Is economics a good major? Yes. That's because an economics major can come out of college with a lucrative career ahead of them.

So, how much money do economics majors make? According to the U.S. Bureau of Labor Statistics (BLS), economists earned an average salary of $109,230 in May 2015 — and those who worked for the federal government earned an average of $114,600.

That said, economics majors don't only become economics; here are the best jobs for economics majors.

1. Market Research Analyst

A market research analyst can earn about $63,120 per year, or $30.35 per hour, according to the Bureau of Labor Statistics.
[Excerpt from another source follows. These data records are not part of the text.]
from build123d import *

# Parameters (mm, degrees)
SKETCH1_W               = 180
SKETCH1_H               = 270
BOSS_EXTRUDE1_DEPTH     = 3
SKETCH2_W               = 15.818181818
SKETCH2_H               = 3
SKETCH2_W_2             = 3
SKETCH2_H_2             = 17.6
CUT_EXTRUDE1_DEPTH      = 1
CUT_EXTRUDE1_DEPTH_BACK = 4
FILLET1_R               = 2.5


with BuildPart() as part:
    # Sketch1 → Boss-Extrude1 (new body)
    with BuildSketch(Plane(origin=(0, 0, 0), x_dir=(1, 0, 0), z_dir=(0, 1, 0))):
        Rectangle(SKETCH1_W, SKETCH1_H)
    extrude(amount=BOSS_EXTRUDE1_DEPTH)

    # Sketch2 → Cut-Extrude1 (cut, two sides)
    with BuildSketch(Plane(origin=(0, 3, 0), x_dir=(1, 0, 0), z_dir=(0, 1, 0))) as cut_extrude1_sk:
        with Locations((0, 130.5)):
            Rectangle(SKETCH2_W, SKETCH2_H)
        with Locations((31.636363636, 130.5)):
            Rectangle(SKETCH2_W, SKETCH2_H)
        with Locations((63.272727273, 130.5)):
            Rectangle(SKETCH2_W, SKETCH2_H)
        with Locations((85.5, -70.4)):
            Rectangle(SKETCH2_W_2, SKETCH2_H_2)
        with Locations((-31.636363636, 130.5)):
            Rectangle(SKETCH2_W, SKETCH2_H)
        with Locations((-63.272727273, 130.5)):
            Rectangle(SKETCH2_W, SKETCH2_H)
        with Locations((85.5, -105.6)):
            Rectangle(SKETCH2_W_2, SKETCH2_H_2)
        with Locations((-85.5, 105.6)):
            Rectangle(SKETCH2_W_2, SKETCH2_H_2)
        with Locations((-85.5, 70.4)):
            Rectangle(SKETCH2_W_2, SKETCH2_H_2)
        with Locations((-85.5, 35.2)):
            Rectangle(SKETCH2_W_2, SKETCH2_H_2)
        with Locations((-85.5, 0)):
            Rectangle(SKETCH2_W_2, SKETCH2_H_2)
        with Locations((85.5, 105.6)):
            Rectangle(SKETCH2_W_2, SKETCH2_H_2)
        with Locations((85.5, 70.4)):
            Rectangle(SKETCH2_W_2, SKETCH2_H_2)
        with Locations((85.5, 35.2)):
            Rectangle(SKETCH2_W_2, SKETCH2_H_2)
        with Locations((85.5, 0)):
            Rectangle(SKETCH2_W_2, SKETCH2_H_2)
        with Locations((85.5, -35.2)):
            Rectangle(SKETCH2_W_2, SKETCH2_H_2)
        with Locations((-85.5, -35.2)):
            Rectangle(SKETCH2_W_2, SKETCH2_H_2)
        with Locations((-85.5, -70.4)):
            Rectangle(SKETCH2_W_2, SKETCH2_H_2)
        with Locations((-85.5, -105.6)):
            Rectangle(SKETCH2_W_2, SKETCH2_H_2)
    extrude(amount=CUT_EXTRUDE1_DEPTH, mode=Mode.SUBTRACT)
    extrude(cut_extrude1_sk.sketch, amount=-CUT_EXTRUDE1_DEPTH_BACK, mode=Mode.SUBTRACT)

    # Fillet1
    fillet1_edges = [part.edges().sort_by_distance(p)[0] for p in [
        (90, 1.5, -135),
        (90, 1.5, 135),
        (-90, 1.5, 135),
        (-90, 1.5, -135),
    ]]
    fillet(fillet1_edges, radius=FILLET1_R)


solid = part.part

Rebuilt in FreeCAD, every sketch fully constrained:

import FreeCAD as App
import Part
import Sketcher
Q = App.Units.Quantity


def edges_at(feature, points):
    """Names of the edges that pass closest to the given points."""
    edges = feature.Shape.Edges
    near = lambda p: min(range(len(edges)), key=lambda i: edges[i].distToShape(Part.Vertex(*p))[0])
    return sorted({f"Edge{near(p) + 1}" for p in points})


def add_polygon(sketch, points):
    """Adds a closed chain of lines whose ends are joined by coincident constraints."""
    first, n = sketch.GeometryCount, len(points)
    for a, b in zip(points, points[1:] + points[:1]):
        sketch.addGeometry(Part.LineSegment(App.Vector(*a, 0), App.Vector(*b, 0)), False)
    for i in range(n):
        sketch.addConstraint(Sketcher.Constraint("Coincident", first + i, 2, first + (i + 1) % n, 1))

doc = App.newDocument("Part")
body = doc.addObject("PartDesign::Body", "Body")

# Sketch on XZ plane
sketch1 = body.newObject("Sketcher::SketchObject", "Sketch")
sketch1.AttachmentSupport = (doc.getObject("XZ_Plane"), [""])
sketch1.MapMode = "FlatFace"
add_polygon(sketch1, [(-90, -135), (-90, 135), (90, 135), (90, -135)])  # lines 0-3
sketch1.addConstraint(Sketcher.Constraint("Vertical", 0))
sketch1.addConstraint(Sketcher.Constraint("Horizontal", 1))
sketch1.addConstraint(Sketcher.Constraint("Vertical", 2))
sketch1.addConstraint(Sketcher.Constraint("Horizontal", 3))
sketch1.addConstraint(Sketcher.Constraint("Symmetric", 0, 2, 2, 2, -1, 1))
sketch1.addConstraint(Sketcher.Constraint("DistanceX", 1, 1, 1, 2, Q("180 mm")))
sketch1.addConstraint(Sketcher.Constraint("DistanceY", 0, 1, 0, 2, Q("270 mm")))
pad1 = body.newObject("PartDesign::Pad", "Pad")
pad1.Profile = sketch1
pad1.Length = 3
pad1.Reversed = True

# Sketch on XZ plane
sketch2 = body.newObject("Sketcher::SketchObject", "Sketch001")
sketch2.AttachmentSupport = (doc.getObject("XZ_Plane"), [""])
sketch2.MapMode = "FlatFace"
sketch2.AttachmentOffset = App.Placement(App.Vector(0, 0, -3), App.Rotation())
add_polygon(sketch2, [(-7.909091, -132), (-7.909091, -129), (7.909091, -129), (7.909091, -132)])  # lines 0-3
add_polygon(sketch2, [(23.727273, -132), (23.727273, -129), (39.545455, -129), (39.545455, -132)])  # lines 4-7
add_polygon(sketch2, [(55.363636, -132), (55.363636, -129), (71.181818, -129), (71.181818, -132)])  # lines 8-11
add_polygon(sketch2, [(84, 61.6), (84, 79.2), (87, 79.2), (87, 61.6)])  # lines 12-15
add_polygon(sketch2, [(-39.545455, -132), (-39.545455, -129), (-23.727273, -129), (-23.727273, -132)])  # lines 16-19
add_polygon(sketch2, [(-71.181818, -132), (-71.181818, -129), (-55.363636, -129), (-55.363636, -132)])  # lines 20-23
add_polygon(sketch2, [(84, 96.8), (84, 114.4), (87, 114.4), (87, 96.8)])  # lines 24-27
add_polygon(sketch2, [(-87, -114.4), (-87, -96.8), (-84, -96.8), (-84, -114.4)])  # lines 28-31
Their main job is to "study market conditions to examine potential sales of a product or service," and the job market is looking good — after all, the job outlook for 2018 to 2028 is expected to grow by 20 percent, which is much faster than average.
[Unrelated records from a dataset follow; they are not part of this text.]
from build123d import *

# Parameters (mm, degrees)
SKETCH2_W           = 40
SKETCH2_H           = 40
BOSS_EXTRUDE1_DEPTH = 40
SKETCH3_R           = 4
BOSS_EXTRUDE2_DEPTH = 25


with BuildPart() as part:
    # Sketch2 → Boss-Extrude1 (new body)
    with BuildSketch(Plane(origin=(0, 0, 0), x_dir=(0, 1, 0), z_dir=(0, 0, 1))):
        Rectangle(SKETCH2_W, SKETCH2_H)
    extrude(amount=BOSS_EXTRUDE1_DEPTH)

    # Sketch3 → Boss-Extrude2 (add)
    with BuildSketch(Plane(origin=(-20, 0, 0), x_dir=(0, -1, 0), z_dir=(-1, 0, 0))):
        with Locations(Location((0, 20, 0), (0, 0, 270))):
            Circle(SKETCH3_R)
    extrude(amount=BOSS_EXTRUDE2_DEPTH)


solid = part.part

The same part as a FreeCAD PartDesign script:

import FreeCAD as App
import Part
import Sketcher

V = App.Vector
Q = App.Units.Quantity


def add_polygon(sketch, points):
    """Adds a closed chain of lines whose ends are joined by coincident constraints."""
    first, n = sketch.GeometryCount, len(points)
    for a, b in zip(points, points[1:] + points[:1]):
        sketch.addGeometry(Part.LineSegment(App.Vector(*a, 0), App.Vector(*b, 0)), False)
    for i in range(n):
        sketch.addConstraint(Sketcher.Constraint("Coincident", first + i, 2, first + (i + 1) % n, 1))

doc = App.newDocument("Part")
params = doc.addObject("Spreadsheet::Sheet", "Params")
for row, (alias, value) in enumerate([
    ("sketch1_width", "40 mm"),
    ("pad1_length", "40 mm"),
    ("sketch2_diameter", "8 mm"),
    ("pad2_length", "25 mm"),
], start=1):
    params.set(f"A{row}", alias)
    params.set(f"B{row}", "=" + value)
    params.setAlias(f"B{row}", alias)

body = doc.addObject("PartDesign::Body", "Body")

sketch1 = doc.addObject("Sketcher::SketchObject", "Sketch")
body.addObject(sketch1)
sketch1.AttachmentSupport = (doc.XY_Plane, [""])
sketch1.MapMode = "FlatFace"
add_polygon(sketch1, [(-20, -20), (20, -20), (20, 20), (-20, 20)])
sketch1.addConstraint([
    Sketcher.Constraint("Horizontal", 0),
    Sketcher.Constraint("Vertical", 1),
    Sketcher.Constraint("Horizontal", 2),
    Sketcher.Constraint("Vertical", 3),
    Sketcher.Constraint("Symmetric", 0, 2, 2, 2, -1, 1),
    Sketcher.Constraint("Equal", 2, 1),
    Sketcher.Constraint("DistanceX", 0, 1, 0, 2, Q("40 mm")),
])
sketch1.setExpression("Constraints[10]", "Params.sketch1_width")
pad1 = doc.addObject("PartDesign::Pad", "Pad")
body.addObject(pad1)
pad1.Profile = sketch1
pad1.setExpression("Length", "Params.pad1_length")

sketch2 = doc.addObject("Sketcher::SketchObject", "Sketch001")
body.addObject(sketch2)
sketch2.AttachmentSupport = (doc.YZ_Plane, [""])
sketch2.MapMode = "FlatFace"
sketch2.AttachmentOffset = App.Placement(V(0, 0, -20), App.Rotation())
sketch2.addGeometry(Part.Circle(V(0, 20, 0), V(0, 0, 1), 4), False)
sketch2.addConstraint([
    Sketcher.Constraint("PointOnObject", 0, 3, -2),
    Sketcher.Constraint("Diameter", 0, Q("8 mm")),
    Sketcher.Constraint("DistanceY", -1, 1, 0, 3, Q("20 mm")),
])
sketch2.setExpression("Constraints[1]", "Params.sketch2_diameter")
pad2 = doc.addObject("PartDesign::Pad", "Pad001")
body.addObject(pad2)
pad2.Profile = sketch2
pad2.setExpression("Length", "Params.pad2_length")
pad2.Reversed = True

doc.recompute()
Of course, having a degree in economics can help you as a market research analyst, since you already understand how the market works.

2. Policy Analyst

Policy analysts earn about $57,025, while the top 10% have most recently earned at least $80,000, and the bottom 10% have earned up to $41,000, according to PayScale. Their position requires them to research and analyze the many different, multifaceted issues that affect the public; they also have to offer up ideas on legislation and intervention.

Having a degree in economics can help you as a policy analyst, as well, since you likely have a grasp on how different policies have affected the economy in the past.

3. Economist

An economist is someone who collects and analyzes data, researches trends and evaluates economic issues for resources, goods and services, according to the Bureau of Labor Statistics, which also reports that economists earn about $104,340 per year or $50.16 per hour. Are economists in demand? The answer is yes. There were 21,000 job openings for economists in 2018.

4. Financial Analyst

A financial analyst is someone who provides financial guidance to clients that can either be businesses or individuals, helping them to make important investment decisions. A financial analyst earns about $85,660 per year, or $41.18 per hour, according to the Bureau of Labor Statistics. There were 329,500 job openings for financial analysts in 2018, and the job is growing at a rate of eight percent, which is faster than average. Financial analysts usually study a subject such as economics in undergraduate school, and likely go on to pursue further education in the field.

5. Credit Analyst

A credit analyst is someone who assesses the risks involved in lending money for companies and individuals who need loans. They calculate the likelihood of borrowers being able to repay debts by analyzing credit histories and financial statements. According to TradeSchools.net, their average salary is about $82,300. Credit analysts usually come out of undergraduate school with a degree in a subject like economics, and they usually go on to pursue further education in the field.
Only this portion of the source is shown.